Susceptibility of Whole Cells and Spheroplasts of Pseudomonas aeruginosa to Actinomycin D

K-J Cheng 1,2,3, J W Costerton 1,2,3, A P Singh 1,2,3, J M Ingram 1,2,3, E S Idziak 1,2,3
PMCID: PMC444422  PMID: 4208288

Abstract

Cells of Pseudomonas aeruginosa suspended in 0.2 M Mg2+, 20% sucrose, 0.01 M tris(hydroxymethyl)aminomethane, or water partially release lipopolysaccharide. The release of alkaline phosphatase from the periplasmic space and the ability to form spheroplasts on lysozyme treatment is directly related to the lipopolysaccharide released during treatment with 0.2 M Mg2+, 20% sucrose, or other agents.

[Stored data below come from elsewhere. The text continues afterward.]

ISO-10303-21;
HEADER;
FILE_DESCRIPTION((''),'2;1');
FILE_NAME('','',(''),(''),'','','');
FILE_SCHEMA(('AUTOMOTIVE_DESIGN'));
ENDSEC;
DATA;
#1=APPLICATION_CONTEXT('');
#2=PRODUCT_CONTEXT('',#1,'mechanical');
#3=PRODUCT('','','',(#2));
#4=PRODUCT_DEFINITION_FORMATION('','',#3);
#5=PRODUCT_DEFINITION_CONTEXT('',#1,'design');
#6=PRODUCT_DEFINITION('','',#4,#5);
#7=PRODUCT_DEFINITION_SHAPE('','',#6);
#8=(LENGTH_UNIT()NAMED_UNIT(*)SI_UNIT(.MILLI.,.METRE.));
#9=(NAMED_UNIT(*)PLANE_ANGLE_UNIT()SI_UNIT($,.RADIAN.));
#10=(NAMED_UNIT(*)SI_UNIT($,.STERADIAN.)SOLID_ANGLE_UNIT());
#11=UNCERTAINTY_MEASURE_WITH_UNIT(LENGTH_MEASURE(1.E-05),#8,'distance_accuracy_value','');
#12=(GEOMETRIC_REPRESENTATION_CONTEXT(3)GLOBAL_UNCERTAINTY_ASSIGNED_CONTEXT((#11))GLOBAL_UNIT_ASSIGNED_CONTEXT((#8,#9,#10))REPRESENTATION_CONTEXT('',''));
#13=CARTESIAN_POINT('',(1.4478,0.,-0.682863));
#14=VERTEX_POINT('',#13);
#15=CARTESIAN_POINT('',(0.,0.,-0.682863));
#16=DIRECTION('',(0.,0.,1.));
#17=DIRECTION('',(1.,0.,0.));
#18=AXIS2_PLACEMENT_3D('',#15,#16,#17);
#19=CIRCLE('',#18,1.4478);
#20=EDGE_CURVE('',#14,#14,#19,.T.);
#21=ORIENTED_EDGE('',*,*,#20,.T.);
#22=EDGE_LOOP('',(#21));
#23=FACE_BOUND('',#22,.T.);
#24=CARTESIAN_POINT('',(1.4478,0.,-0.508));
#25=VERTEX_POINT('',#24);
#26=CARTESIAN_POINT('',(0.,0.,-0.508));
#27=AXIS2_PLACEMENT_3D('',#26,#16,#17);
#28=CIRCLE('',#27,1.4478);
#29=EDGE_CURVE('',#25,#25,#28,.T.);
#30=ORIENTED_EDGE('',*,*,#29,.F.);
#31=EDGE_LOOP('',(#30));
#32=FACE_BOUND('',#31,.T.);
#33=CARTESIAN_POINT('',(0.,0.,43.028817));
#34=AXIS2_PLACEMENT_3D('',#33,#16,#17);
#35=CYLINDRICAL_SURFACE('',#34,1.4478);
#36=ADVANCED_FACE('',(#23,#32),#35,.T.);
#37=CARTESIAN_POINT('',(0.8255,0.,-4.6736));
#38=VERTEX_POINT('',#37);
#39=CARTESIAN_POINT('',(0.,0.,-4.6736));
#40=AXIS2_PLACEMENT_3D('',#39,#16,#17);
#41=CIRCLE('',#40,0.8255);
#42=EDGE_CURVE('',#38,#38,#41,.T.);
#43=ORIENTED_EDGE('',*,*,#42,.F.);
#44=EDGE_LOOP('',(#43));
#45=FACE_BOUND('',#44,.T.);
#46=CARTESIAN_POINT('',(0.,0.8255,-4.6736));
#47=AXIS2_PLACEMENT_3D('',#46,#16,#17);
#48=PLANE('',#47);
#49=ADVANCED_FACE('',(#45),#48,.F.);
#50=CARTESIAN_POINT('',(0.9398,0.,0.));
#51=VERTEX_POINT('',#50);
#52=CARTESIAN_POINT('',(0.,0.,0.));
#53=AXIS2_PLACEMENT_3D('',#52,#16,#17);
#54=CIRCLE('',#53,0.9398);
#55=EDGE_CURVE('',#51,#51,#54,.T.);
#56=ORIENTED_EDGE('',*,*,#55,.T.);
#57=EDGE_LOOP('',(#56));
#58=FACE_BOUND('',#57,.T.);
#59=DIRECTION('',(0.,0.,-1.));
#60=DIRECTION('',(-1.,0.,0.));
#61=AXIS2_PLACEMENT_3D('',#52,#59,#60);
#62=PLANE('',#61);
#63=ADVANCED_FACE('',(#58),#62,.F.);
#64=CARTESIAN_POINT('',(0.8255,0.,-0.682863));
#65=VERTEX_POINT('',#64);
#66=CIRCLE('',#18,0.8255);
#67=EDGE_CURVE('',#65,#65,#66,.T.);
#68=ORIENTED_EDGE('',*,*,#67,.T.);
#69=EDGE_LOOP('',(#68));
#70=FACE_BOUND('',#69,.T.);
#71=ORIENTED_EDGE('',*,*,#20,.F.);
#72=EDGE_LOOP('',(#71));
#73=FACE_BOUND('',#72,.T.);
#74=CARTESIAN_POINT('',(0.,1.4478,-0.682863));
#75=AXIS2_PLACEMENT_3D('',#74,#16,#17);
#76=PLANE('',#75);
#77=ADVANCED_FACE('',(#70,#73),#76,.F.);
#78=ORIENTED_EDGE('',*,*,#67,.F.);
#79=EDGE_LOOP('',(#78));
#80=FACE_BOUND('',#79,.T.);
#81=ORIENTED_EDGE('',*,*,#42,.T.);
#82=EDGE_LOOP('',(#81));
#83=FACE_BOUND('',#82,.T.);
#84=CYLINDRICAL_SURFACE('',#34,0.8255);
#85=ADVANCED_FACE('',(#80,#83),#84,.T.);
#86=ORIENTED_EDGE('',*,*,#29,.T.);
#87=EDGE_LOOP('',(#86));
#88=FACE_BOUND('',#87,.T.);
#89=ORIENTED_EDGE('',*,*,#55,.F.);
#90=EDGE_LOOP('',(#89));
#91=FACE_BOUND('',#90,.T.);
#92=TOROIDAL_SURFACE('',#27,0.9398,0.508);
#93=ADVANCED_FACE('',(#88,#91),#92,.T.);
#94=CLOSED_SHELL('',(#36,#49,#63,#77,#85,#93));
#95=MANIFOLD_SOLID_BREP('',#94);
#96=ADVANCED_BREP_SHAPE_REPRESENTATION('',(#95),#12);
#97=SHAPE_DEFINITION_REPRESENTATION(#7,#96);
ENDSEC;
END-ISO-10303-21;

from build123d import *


with BuildPart() as part:
    # Sketch1 → Revolve1 (revolve)
    with BuildSketch(Plane(origin=(0, 0, 0), x_dir=(0, 0, -1), z_dir=(1, 0, 0))):
        with BuildLine():
            Line((0, 0), (0, 0.9398))
            ThreePointArc((0, 0.9398), (0.148789755, 1.299010245), (0.508, 1.4478))
            Line((0.508, 1.4478), (0.682863215, 1.4478))
            Line((0.682863215, 1.4478), (0.682863215, 0.8255))
            Line((0.682863215, 0.8255), (4.6736, 0.8255))
            Line((4.6736, 0.8255), (4.6736, 0))
            Line((4.6736, 0), (0, 0))
        make_face()
    revolve(axis=Axis((0, 0, 43.028816868), (0, 0, -1)))


solid = part.part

The synthesis of ribonucleic acid (RNA) by intact cells, magnesium-lysozyme spheroplasts, or 20% sucrose-lysozyme spheroplasts is not sensitive to actinomycin D, whereas RNA synthesis by intact cells or spheroplasts in the presence of ethylene-diaminetetraacetic acid (EDTA) is sensitive to actinomycin D. EDTA alone has an inhibitory effect on RNA synthesis by whole cell, by magnesium-lysozyme spheroplasts, and by 20% sucrose-lysozyme spheroplasts. The experimental data indicate that, although the cell wall is damaged by 0.2 M Mg2+ or 20% sucrose treatment in the presence of lysozyme, the treated cells or spheroplasts are still resistant to actinomycin D. These results suggest that the cytoplasmic membrane should be considered as the final and determinative barrier to this antibiotic in this organism.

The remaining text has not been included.